DOT forces removal of historic carriage step, hitching post

By Tom Rivers, Editor Posted 4 August 2013 at 12:00 am

‘We were very hurt about it. We still are.’ – Grace Conlon

Photos by Tom Rivers – The state Department of Transportation forced Dave and Grace Conlon to remove this carriage step and hitching post, which survived for more than a century at the corner of North Main Street and Linwood Avenue in Albion. The community has many hitching posts and carriage steps on village side streets, but the Conlons had two of the few on a public right-of-way on a state road in Albion. This photo was taken late last year.

Dave Conlon sits on a carriage step that he had to remove from near Main Street last Wednesday. Conlon and his son used a tractor to move the historic step back by a tree in his front yard.

ALBION – For 45 years, Dave and Grace Conlon enjoyed looking out their window facing Main Street and watching children sit or stand on a carriage step by the road.

The Conlons planted flowers by it. They carefully mowed the grass around a companion hitching post.

“They were a showpiece for our property,” said Mr. Conlon, 84.

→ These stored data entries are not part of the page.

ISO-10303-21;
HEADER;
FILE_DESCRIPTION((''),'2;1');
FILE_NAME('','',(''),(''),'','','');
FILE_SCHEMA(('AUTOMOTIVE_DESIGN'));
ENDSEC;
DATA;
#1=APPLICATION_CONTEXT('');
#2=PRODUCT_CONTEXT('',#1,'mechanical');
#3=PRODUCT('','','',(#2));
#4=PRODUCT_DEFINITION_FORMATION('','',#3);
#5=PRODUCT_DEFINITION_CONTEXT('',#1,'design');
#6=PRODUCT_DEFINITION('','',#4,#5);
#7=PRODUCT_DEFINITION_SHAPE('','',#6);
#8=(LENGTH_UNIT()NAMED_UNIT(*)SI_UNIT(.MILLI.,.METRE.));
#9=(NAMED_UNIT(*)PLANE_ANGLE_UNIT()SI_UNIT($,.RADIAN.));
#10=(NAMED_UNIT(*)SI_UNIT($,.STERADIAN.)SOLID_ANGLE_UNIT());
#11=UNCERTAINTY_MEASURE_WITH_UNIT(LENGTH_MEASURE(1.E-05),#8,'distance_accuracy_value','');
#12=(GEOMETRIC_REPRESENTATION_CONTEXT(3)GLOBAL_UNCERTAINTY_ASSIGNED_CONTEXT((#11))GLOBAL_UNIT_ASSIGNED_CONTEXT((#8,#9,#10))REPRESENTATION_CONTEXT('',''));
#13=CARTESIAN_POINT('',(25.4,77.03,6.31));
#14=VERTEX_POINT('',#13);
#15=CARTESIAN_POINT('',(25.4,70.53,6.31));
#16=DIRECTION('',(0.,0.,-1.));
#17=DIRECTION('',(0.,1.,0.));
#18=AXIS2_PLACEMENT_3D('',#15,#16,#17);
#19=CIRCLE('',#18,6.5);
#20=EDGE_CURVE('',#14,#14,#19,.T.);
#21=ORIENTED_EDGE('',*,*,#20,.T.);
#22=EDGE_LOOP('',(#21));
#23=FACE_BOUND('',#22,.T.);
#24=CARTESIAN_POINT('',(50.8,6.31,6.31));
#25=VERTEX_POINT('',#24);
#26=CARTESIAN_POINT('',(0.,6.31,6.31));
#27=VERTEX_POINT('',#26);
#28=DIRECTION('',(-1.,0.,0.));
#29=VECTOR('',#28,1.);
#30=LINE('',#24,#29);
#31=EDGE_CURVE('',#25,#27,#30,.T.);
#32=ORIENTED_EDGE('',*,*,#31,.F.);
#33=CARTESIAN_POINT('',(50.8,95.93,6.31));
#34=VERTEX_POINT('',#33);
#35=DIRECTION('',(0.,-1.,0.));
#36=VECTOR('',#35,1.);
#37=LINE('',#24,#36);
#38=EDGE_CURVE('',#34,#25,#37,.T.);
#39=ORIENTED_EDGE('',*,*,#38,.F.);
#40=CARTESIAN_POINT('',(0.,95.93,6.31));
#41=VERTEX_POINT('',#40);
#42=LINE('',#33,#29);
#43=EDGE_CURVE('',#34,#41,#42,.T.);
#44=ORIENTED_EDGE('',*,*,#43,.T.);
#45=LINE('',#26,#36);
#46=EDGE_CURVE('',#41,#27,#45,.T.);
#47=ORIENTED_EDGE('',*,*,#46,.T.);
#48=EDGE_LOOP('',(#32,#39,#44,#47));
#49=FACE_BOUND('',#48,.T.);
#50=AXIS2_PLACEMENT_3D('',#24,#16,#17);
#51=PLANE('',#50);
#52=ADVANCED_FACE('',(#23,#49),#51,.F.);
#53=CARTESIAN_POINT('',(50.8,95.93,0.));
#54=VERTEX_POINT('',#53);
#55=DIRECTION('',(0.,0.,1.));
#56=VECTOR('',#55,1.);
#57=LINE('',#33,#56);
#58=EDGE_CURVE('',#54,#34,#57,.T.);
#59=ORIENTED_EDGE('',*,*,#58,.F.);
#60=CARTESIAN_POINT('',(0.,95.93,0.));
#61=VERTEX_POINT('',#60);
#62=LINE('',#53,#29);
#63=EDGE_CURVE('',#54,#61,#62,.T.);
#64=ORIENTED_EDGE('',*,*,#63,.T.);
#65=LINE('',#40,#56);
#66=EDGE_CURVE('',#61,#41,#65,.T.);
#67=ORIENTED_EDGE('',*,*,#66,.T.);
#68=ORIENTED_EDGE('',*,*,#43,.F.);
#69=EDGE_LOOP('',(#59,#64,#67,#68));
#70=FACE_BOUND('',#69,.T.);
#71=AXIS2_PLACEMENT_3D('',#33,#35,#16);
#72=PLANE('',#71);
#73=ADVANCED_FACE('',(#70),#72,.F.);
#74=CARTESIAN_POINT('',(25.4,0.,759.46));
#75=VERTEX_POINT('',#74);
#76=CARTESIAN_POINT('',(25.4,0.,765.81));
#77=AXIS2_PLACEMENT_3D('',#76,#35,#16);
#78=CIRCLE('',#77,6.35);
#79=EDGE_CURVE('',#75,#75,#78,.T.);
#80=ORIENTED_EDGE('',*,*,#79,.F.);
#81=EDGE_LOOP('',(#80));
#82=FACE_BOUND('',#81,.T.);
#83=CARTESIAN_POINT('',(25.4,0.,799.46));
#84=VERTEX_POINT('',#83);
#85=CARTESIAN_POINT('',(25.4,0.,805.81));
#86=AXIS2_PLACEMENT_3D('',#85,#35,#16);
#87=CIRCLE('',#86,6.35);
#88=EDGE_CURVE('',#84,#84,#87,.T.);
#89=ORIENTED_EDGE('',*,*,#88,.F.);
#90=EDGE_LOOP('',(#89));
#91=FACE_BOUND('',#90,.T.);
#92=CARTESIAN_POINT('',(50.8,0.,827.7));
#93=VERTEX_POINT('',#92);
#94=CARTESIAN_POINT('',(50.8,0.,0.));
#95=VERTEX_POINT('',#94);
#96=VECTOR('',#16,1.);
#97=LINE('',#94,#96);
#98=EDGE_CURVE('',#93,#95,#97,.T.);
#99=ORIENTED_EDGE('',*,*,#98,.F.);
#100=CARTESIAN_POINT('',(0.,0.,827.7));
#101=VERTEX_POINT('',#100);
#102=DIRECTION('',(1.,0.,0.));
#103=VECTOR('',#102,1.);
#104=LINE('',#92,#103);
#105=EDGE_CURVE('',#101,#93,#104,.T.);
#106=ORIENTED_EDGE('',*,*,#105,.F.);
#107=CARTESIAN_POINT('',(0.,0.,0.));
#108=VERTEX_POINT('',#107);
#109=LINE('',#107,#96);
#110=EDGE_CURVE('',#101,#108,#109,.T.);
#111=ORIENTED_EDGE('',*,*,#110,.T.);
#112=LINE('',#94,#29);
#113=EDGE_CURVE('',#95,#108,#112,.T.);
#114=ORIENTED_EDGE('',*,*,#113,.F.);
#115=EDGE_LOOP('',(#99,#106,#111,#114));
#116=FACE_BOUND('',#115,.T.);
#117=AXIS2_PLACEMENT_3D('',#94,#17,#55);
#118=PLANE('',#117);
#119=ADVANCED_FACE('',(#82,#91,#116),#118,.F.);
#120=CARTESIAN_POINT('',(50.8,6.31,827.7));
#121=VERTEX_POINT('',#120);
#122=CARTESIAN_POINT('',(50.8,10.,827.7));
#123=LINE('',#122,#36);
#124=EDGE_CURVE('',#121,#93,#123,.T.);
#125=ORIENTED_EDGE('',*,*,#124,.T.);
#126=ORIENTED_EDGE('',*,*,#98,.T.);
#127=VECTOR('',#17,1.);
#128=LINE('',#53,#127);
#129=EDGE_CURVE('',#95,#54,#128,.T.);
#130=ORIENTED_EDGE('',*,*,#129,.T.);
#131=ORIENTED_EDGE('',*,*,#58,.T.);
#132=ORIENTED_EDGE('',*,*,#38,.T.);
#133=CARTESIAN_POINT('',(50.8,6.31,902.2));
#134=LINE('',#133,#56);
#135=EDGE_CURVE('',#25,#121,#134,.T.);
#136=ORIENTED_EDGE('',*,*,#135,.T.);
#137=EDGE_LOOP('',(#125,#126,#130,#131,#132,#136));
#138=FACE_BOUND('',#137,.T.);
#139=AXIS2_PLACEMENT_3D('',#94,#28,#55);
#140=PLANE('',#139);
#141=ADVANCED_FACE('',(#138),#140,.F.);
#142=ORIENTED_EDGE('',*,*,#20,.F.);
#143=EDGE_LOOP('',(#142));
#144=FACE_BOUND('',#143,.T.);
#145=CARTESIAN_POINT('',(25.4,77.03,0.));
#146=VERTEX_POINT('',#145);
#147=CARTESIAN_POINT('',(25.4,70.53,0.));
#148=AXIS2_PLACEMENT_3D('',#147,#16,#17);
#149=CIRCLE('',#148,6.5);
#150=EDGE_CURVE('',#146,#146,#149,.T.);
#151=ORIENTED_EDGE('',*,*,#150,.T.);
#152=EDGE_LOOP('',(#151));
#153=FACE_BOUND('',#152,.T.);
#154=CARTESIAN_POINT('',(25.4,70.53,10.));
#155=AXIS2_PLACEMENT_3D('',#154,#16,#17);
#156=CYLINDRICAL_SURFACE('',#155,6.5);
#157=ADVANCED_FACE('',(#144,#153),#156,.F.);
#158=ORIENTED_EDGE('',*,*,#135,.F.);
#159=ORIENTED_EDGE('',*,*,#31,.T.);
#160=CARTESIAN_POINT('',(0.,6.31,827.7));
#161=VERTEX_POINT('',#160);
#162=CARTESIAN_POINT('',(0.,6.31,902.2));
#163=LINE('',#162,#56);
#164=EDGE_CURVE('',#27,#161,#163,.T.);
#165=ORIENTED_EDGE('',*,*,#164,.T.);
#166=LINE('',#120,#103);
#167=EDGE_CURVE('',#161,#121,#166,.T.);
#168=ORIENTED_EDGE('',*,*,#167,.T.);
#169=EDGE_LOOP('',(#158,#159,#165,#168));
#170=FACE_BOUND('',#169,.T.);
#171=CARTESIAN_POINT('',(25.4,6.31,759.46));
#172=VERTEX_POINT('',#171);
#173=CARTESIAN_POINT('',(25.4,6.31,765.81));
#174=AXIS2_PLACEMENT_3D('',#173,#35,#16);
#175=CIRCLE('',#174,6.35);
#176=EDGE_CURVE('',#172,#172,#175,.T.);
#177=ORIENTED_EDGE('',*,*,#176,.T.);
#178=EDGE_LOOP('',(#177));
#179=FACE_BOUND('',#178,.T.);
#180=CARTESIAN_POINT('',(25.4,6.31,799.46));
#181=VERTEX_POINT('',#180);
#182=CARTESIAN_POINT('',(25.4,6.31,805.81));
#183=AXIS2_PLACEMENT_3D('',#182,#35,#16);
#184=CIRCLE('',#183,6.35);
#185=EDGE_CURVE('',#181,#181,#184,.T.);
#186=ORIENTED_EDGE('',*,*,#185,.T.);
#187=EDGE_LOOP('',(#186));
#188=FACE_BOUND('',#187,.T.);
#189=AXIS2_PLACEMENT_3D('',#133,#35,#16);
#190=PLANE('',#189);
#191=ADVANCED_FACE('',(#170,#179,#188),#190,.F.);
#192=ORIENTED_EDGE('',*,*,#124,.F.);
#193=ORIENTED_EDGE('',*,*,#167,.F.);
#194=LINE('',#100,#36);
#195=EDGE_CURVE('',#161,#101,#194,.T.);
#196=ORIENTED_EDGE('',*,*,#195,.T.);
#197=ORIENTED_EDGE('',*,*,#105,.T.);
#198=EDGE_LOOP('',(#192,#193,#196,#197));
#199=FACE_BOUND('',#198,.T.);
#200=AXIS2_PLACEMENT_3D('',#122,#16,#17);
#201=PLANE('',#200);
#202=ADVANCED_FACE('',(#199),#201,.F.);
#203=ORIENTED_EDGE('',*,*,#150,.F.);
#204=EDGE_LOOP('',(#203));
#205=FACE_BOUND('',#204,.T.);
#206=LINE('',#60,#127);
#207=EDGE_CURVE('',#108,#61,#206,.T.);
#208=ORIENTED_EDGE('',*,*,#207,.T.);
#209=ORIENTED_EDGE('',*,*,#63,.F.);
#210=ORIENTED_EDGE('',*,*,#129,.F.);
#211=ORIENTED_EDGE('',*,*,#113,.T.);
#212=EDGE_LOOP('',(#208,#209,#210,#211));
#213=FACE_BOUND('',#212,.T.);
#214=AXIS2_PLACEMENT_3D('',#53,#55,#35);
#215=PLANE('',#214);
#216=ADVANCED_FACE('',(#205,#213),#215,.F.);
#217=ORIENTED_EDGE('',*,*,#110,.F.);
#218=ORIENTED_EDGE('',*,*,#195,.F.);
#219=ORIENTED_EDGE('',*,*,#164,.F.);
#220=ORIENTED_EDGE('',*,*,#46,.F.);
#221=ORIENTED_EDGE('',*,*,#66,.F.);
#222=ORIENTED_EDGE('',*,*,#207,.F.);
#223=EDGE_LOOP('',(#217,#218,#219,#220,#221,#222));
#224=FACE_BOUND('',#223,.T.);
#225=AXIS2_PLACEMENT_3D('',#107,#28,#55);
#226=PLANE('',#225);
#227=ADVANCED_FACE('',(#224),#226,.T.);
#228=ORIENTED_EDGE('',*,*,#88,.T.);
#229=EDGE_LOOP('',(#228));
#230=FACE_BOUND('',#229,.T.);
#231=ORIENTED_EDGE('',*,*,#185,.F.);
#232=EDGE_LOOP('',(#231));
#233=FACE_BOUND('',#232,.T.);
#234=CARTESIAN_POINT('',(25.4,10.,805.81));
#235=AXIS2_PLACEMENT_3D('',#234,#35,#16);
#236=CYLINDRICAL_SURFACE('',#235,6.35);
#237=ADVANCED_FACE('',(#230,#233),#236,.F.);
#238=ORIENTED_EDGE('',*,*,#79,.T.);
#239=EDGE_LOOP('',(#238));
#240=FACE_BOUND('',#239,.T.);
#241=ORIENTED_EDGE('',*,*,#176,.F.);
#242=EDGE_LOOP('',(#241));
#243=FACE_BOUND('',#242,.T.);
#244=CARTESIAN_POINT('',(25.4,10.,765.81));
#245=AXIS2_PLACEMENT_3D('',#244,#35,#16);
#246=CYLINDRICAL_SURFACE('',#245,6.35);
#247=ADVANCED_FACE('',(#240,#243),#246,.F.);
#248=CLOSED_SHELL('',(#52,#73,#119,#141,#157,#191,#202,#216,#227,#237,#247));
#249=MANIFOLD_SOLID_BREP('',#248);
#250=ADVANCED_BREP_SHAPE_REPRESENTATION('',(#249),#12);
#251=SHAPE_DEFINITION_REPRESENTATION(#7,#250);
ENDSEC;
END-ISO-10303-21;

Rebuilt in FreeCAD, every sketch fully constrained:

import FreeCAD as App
import Part
import Sketcher
Q = App.Units.Quantity

doc = App.newDocument("Part")
params = doc.addObject("Spreadsheet::Sheet", "Params")
for row, (alias, value) in enumerate([
    ("sketch1_height", "902.2 mm"),
    ("sketch1_width", "89.62 mm"),
    ("sketch1_width2", "6.31 mm"),
    ("pad1_length", "50.8 mm"),
    ("sketch2_diameter", "13 mm"),
    ("pocket1_length", "10 mm"),
    ("sketch3_diameter", "13 mm"),
    ("pocket2_length", "10 mm"),
    ("sketch4_width", "50.8 mm"),
    ("sketch4_height", "74.5 mm"),
    ("pocket3_length", "10 mm"),
    ("sketch5_diameter", "12.7 mm"),
    ("pocket4_length", "10 mm"),
], start=1):
    params.set(f"A{row}", alias)
    params.set(f"B{row}", "=" + value)
    params.setAlias(f"B{row}", alias)

body = doc.addObject("PartDesign::Body", "Body")

sketch1 = doc.addObject("Sketcher::SketchObject", "Sketch")
body.addObject(sketch1)
sketch1.AttachmentSupport = (doc.YZ_Plane, [""])
sketch1.MapMode = "FlatFace"
sketch1.addGeometry(Part.LineSegment(App.Vector(96, 0, 0), App.Vector(96, 6, 0)), False)
sketch1.addGeometry(Part.LineSegment(App.Vector(96, 6, 0), App.Vector(6, 6, 0)), False)
sketch1.addGeometry(Part.LineSegment(App.Vector(6, 6, 0), App.Vector(6, 902, 0)), False)
sketch1.addGeometry(Part.LineSegment(App.Vector(6, 902, 0), App.Vector(0, 902, 0)), False)
sketch1.addGeometry(Part.LineSegment(App.Vector(0, 902, 0), App.Vector(0, 0, 0)), False)
sketch1.addGeometry(Part.LineSegment(App.Vector(0, 0, 0), App.Vector(96, 0, 0)), False)
sketch1.addConstraint(Sketcher.Constraint("Coincident", 0, 2, 1, 1))
sketch1.addConstraint(Sketcher.Constraint("Coincident", 1, 2, 2, 1))
sketch1.addConstraint(Sketcher.Constraint("Coincident", 2, 2, 3, 1))
sketch1.addConstraint(Sketcher.Constraint("Coincident", 3, 2, 4, 1))
sketch1.addConstraint(Sketcher.Constraint("Coincident", 4, 2, 5, 1))
sketch1.addConstraint(Sketcher.Constraint("Coincident", 5, 2, 0, 1))
sketch1.addConstraint(Sketcher.Constraint("Vertical", 0))
sketch1.addConstraint(Sketcher.Constraint("Horizontal", 1))
sketch1.addConstraint(Sketcher.Constraint("Vertical", 2))
sketch1.addConstraint(Sketcher.Constraint("Horizontal", 3))
sketch1.addConstraint(Sketcher.Constraint("Vertical", 4))
sketch1.addConstraint(Sketcher.Constraint("Horizontal", 5))
sketch1.addConstraint(Sketcher.Constraint("Coincident", 4, 2, -1, 1))
sketch1.addConstraint(Sketcher.Constraint("Equal", 3, 0))
sketch1.addConstraint(Sketcher.Constraint("DistanceY", 4, 2, 4, 1, Q("902.2 mm")))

Last year the Conlons received a letter from the state Department of Transportation, telling them the carriage step and hitching post were a hazard to motorists. The historical artifacts from the horse-and-buggy era would need to be moved off the public right of way, the DOT advised.

The Conlons called the DOT. They didn’t understand why they had to move it, given that the public right of way on North Main Street is lined with trees and telephone poles – other “hazards.”

“This doesn’t make any sense,” said Conlon, a Kodak retiree who still works part-time as a custodian for Five Star Bank.

The Conlons received the first letter in the spring 2012. Another letter followed, advising them that the DOT could remove the pieces for a fee.

The Conlons fretted the DOT might show up one day and remove the carriage step and hitching post, and haul them away. Two weeks ago the DOT called, again pressing the issue.

On Wednesday, Conlon and his son Randy dug up the hitching post and used a tractor to haul it back by the house. They put it near a garden. It’s not very visible from the road, but the Conlons can see it looking out of their kitchen window.

The carriage step was a bear to move. Conlon cracked sidewalk panels leading to his house from the weight of the tractor. He tore up part of his lawn, but he was able to move it by a maple tree in his front yard.

The Conlons are angry and sad about the whole situation.

Dave and Grace Conlon also had to move this hitching post, which stood by Main Street for about a century. They put it back in their garden.

A mounting block sits by the side of the road on West Center Street in Medina. Hopefully its days aren’t numbered.

“We were very hurt about it,” Mrs. Conlon said. “We still are.”

I think it’s crummy that the DOT has launched an attack on the few hitching posts, carriage steps and mounting blocks that remain in the public right of way on state roads. Medina and Le Roy residents also have been sent warning letters from the DOT, advising the historical pieces need to be moved.

There are a lot of these artifacts in old quarrying towns, where residents had access to great building materials – sandstone in Orleans County and limestone in Le Roy.

They few that have endured – a century after horse-and-buggies were replaced by the automobile – should be considered treasures, part of the historical fabric of the community.

I have counted about 40 of the hitching posts in Albion and Gaines, which may be more survivors than anywhere in the world. (Until proven wrong, I’ll make the claim that 14411 is the historic hitching post capitol of the world.)

There are a lot of hitching posts but only a few carriage steps around. Most of these artifacts are on side streets. They were stripped from along the state roads long ago.

In Albion, the Albion Main Street Alliance has been working with the village to put four hitching posts back on Main Street in the downtown. They would be set back far enough to be off the state right of way, although we are asking the DOT to let us put one back in a downtown sidewalk. We hope to have these installed in the next month.

Some of us see the hitching posts and carriage steps as an attraction. We wanted to make a map of them. Most of them are in front of the finest historic homes in the community.

I think it’s shabby that the DOT pressured the Conlons to move their artifacts. They clearly valued and cared for the pieces.

It also hurts the Albion effort to promote these as part of the historical character of the community. We want some on Main Street, where they are more prominent. We’d like they to be by the road so they are more historically accurate, rather than moved back as lawn ornaments.

Our state legislators – Steve Hawley and George Maziarz – should intervene and make the DOT call off the dogs on the old hitching posts. These historic structures have survived every possible threat – from Mother nature, development pressure to wayward motorists. Can they now survive a government bureaucrat?